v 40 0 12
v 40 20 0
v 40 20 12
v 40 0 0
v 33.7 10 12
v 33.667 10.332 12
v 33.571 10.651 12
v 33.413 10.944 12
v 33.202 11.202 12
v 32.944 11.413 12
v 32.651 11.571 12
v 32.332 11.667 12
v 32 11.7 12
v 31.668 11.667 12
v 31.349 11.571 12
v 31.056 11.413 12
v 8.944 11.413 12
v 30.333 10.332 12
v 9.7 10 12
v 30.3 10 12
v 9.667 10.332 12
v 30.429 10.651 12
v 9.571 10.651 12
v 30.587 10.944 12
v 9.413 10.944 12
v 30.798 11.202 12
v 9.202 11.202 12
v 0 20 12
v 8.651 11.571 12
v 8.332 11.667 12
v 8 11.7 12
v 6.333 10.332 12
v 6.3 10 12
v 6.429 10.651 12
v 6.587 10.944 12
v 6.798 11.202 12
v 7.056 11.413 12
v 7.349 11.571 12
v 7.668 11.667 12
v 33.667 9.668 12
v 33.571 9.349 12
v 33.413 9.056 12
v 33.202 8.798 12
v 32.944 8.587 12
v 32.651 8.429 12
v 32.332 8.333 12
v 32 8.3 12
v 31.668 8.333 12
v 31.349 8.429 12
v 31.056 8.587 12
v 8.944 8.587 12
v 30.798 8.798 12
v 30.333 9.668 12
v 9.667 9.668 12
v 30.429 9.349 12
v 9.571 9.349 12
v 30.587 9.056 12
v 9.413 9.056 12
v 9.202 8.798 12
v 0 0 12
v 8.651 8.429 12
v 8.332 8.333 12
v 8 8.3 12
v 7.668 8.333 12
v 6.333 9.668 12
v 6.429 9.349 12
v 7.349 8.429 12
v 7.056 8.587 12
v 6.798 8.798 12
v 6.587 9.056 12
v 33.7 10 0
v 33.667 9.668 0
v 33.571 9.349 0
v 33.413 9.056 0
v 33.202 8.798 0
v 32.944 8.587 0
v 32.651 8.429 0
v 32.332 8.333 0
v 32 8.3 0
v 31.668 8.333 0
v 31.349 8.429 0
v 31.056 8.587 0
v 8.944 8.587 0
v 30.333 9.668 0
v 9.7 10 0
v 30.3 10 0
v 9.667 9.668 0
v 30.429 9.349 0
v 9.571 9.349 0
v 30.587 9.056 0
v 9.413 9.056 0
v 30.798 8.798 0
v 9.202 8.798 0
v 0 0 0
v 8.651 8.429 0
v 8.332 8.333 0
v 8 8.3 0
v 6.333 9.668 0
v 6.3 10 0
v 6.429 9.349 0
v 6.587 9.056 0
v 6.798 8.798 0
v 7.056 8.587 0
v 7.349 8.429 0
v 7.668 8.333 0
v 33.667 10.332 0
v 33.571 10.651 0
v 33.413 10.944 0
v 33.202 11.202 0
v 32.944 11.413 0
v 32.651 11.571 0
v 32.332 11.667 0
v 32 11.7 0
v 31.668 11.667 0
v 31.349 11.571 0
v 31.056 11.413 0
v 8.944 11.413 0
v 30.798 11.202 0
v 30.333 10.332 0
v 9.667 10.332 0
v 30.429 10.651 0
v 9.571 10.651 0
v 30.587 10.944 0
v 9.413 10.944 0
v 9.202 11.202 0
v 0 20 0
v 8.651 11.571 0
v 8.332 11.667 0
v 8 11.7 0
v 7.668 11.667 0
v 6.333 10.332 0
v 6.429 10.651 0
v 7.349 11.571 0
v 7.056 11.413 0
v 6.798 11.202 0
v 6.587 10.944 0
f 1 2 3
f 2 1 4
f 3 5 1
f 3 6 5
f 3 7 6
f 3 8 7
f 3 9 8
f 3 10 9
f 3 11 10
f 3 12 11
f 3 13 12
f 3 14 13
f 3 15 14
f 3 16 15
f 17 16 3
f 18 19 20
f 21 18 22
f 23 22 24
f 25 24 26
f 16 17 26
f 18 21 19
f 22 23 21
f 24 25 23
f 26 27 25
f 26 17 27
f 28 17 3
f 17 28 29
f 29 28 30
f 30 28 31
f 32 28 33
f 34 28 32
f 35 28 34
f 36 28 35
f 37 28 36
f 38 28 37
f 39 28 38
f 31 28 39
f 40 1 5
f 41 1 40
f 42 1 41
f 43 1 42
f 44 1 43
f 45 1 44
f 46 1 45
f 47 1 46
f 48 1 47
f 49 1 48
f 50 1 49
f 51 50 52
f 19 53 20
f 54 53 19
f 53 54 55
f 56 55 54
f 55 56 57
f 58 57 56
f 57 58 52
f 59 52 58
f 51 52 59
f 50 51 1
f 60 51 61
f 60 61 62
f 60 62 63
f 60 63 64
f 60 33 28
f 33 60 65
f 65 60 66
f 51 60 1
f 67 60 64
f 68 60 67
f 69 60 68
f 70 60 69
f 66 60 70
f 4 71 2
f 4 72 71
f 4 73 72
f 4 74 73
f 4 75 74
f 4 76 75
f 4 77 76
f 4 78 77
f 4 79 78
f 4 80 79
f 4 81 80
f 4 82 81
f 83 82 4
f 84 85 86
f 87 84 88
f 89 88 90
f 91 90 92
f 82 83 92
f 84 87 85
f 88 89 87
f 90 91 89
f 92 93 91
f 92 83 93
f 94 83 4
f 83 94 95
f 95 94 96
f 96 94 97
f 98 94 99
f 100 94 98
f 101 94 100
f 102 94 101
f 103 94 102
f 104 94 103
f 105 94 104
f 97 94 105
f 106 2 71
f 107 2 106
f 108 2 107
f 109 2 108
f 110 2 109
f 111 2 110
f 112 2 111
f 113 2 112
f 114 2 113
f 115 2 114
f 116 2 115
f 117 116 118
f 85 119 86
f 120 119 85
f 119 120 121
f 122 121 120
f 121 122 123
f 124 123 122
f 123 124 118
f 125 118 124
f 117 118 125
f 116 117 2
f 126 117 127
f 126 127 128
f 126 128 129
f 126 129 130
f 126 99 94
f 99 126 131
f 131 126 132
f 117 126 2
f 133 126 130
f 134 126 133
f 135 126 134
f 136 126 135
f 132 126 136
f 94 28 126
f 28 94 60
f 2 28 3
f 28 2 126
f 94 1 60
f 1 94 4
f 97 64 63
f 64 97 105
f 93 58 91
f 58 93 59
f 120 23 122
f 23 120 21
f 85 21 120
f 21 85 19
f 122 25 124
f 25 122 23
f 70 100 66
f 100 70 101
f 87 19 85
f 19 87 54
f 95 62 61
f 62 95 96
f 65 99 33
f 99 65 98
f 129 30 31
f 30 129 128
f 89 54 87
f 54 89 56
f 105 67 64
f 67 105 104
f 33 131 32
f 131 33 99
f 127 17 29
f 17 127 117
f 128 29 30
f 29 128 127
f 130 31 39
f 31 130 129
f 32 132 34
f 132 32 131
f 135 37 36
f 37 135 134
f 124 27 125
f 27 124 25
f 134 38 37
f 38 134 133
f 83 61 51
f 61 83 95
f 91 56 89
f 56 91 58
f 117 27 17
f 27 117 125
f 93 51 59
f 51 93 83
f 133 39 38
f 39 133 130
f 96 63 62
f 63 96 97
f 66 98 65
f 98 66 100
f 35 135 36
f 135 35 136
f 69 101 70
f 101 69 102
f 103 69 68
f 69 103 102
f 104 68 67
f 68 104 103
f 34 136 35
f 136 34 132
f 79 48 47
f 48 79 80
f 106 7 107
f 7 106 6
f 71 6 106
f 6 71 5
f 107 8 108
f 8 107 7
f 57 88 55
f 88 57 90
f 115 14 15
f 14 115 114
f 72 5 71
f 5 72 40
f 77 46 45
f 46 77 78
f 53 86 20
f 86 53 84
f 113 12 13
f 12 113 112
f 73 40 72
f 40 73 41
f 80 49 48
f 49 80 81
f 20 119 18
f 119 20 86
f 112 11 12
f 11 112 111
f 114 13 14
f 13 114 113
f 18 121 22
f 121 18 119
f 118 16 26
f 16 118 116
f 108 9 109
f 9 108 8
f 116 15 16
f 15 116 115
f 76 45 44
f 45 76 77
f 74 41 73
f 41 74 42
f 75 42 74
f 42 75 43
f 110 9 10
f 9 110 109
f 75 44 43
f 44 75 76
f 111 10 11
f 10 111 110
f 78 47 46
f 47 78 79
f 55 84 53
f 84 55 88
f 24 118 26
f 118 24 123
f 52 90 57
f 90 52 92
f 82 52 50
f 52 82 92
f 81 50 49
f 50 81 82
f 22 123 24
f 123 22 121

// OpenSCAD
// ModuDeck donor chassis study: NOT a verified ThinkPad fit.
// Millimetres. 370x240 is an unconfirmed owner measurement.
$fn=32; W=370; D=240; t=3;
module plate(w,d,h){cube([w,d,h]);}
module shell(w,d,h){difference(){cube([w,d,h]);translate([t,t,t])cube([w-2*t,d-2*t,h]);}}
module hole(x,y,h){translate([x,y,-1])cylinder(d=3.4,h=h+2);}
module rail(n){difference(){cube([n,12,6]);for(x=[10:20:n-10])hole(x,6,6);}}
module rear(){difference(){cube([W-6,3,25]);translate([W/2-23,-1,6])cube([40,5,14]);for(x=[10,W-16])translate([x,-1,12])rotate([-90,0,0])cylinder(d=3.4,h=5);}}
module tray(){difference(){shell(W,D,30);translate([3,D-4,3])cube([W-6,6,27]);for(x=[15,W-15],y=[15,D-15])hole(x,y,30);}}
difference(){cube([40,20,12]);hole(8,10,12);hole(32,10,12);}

--

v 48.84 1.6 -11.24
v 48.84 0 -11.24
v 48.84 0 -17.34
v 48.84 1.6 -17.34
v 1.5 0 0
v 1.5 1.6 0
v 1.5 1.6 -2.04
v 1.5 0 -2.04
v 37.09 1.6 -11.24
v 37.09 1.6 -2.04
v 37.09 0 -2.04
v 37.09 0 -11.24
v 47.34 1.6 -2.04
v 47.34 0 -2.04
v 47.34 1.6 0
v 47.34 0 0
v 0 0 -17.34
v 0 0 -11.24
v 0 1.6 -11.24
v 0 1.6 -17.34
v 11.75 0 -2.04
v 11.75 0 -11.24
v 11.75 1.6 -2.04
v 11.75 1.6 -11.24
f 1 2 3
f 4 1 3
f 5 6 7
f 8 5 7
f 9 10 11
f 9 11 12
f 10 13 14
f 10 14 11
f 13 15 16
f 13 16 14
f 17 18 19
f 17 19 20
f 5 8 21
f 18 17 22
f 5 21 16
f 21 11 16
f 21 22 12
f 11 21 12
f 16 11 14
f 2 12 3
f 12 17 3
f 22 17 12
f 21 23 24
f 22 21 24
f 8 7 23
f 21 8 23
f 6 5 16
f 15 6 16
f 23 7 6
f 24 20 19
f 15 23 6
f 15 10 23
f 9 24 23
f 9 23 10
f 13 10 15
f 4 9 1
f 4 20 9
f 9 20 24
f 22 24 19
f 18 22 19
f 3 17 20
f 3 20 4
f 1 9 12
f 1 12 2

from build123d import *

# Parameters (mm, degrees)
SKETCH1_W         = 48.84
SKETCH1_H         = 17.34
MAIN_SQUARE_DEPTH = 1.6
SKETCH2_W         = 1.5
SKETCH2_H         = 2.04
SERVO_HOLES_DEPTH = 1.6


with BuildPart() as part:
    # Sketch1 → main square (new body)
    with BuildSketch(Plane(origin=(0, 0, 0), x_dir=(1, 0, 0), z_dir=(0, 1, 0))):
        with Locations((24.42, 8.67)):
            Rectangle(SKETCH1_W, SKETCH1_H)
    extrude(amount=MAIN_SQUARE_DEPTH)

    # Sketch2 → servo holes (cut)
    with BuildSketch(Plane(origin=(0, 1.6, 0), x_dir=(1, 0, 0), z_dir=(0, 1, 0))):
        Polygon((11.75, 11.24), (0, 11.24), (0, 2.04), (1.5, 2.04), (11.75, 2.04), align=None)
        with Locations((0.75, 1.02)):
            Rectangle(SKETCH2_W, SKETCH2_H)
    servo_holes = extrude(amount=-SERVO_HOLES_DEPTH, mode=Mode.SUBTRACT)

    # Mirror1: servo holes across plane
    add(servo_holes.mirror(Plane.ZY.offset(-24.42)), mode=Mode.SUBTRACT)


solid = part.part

--

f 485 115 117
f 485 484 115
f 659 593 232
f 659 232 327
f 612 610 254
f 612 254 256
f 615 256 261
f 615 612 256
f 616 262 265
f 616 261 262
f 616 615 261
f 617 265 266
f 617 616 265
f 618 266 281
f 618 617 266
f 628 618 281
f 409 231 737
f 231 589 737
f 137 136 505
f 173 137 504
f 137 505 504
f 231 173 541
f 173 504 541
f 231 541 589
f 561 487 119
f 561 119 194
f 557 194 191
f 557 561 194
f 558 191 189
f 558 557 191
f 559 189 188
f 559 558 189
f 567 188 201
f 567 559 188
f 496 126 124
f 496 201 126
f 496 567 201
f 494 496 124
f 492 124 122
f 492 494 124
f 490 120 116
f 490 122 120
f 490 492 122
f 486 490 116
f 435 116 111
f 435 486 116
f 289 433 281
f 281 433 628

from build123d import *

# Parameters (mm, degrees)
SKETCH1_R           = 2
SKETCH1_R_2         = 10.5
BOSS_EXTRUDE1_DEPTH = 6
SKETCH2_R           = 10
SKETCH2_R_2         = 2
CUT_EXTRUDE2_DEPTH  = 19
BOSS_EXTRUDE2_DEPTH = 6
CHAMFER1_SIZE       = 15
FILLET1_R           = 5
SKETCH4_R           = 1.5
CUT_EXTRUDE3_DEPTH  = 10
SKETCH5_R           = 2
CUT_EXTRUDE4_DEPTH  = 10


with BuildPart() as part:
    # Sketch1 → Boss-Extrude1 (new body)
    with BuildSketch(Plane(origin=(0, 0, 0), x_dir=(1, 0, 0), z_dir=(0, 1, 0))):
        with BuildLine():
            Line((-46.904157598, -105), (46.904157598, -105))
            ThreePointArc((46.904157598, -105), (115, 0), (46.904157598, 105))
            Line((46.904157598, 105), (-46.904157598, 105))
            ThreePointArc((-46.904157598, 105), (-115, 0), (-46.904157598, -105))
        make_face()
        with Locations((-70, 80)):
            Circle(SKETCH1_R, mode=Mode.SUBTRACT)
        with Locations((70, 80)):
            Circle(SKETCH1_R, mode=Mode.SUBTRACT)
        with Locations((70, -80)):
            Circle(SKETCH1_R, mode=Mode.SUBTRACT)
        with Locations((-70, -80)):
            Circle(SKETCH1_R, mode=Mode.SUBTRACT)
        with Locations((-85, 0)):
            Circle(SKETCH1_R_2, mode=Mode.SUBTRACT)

**ASSIGNMENT:** Everything from the line with "f 109 2 108" through the line with "f 18 121 22" should be written out exactly as it appears above, end lines included, and nothing outside that range.

**FINAL ANSWER:**
f 109 2 108
f 110 2 109
f 111 2 110
f 112 2 111
f 113 2 112
f 114 2 113
f 115 2 114
f 116 2 115
f 117 116 118
f 85 119 86
f 120 119 85
f 119 120 121
f 122 121 120
f 121 122 123
f 124 123 122
f 123 124 118
f 125 118 124
f 117 118 125
f 116 117 2
f 126 117 127
f 126 127 128
f 126 128 129
f 126 129 130
f 126 99 94
f 99 126 131
f 131 126 132
f 117 126 2
f 133 126 130
f 134 126 133
f 135 126 134
f 136 126 135
f 132 126 136
f 94 28 126
f 28 94 60
f 2 28 3
f 28 2 126
f 94 1 60
f 1 94 4
f 97 64 63
f 64 97 105
f 93 58 91
f 58 93 59
f 120 23 122
f 23 120 21
f 85 21 120
f 21 85 19
f 122 25 124
f 25 122 23
f 70 100 66
f 100 70 101
f 87 19 85
f 19 87 54
f 95 62 61
f 62 95 96
f 65 99 33
f 99 65 98
f 129 30 31
f 30 129 128
f 89 54 87
f 54 89 56
f 105 67 64
f 67 105 104
f 33 131 32
f 131 33 99
f 127 17 29
f 17 127 117
f 128 29 30
f 29 128 127
f 130 31 39
f 31 130 129
f 32 132 34
f 132 32 131
f 135 37 36
f 37 135 134
f 124 27 125
f 27 124 25
f 134 38 37
f 38 134 133
f 83 61 51
f 61 83 95
f 91 56 89
f 56 91 58
f 117 27 17
f 27 117 125
f 93 51 59
f 51 93 83
f 133 39 38
f 39 133 130
f 96 63 62
f 63 96 97
f 66 98 65
f 98 66 100
f 35 135 36
f 135 35 136
f 69 101 70
f 101 69 102
f 103 69 68
f 69 103 102
f 104 68 67
f 68 104 103
f 34 136 35
f 136 34 132
f 79 48 47
f 48 79 80
f 106 7 107
f 7 106 6
f 71 6 106
f 6 71 5
f 107 8 108
f 8 107 7
f 57 88 55
f 88 57 90
f 115 14 15
f 14 115 114
f 72 5 71
f 5 72 40
f 77 46 45
f 46 77 78
f 53 86 20
f 86 53 84
f 113 12 13
f 12 113 112
f 73 40 72
f 40 73 41
f 80 49 48
f 49 80 81
f 20 119 18
f 119 20 86
f 112 11 12
f 11 112 111
f 114 13 14
f 13 114 113
f 18 121 22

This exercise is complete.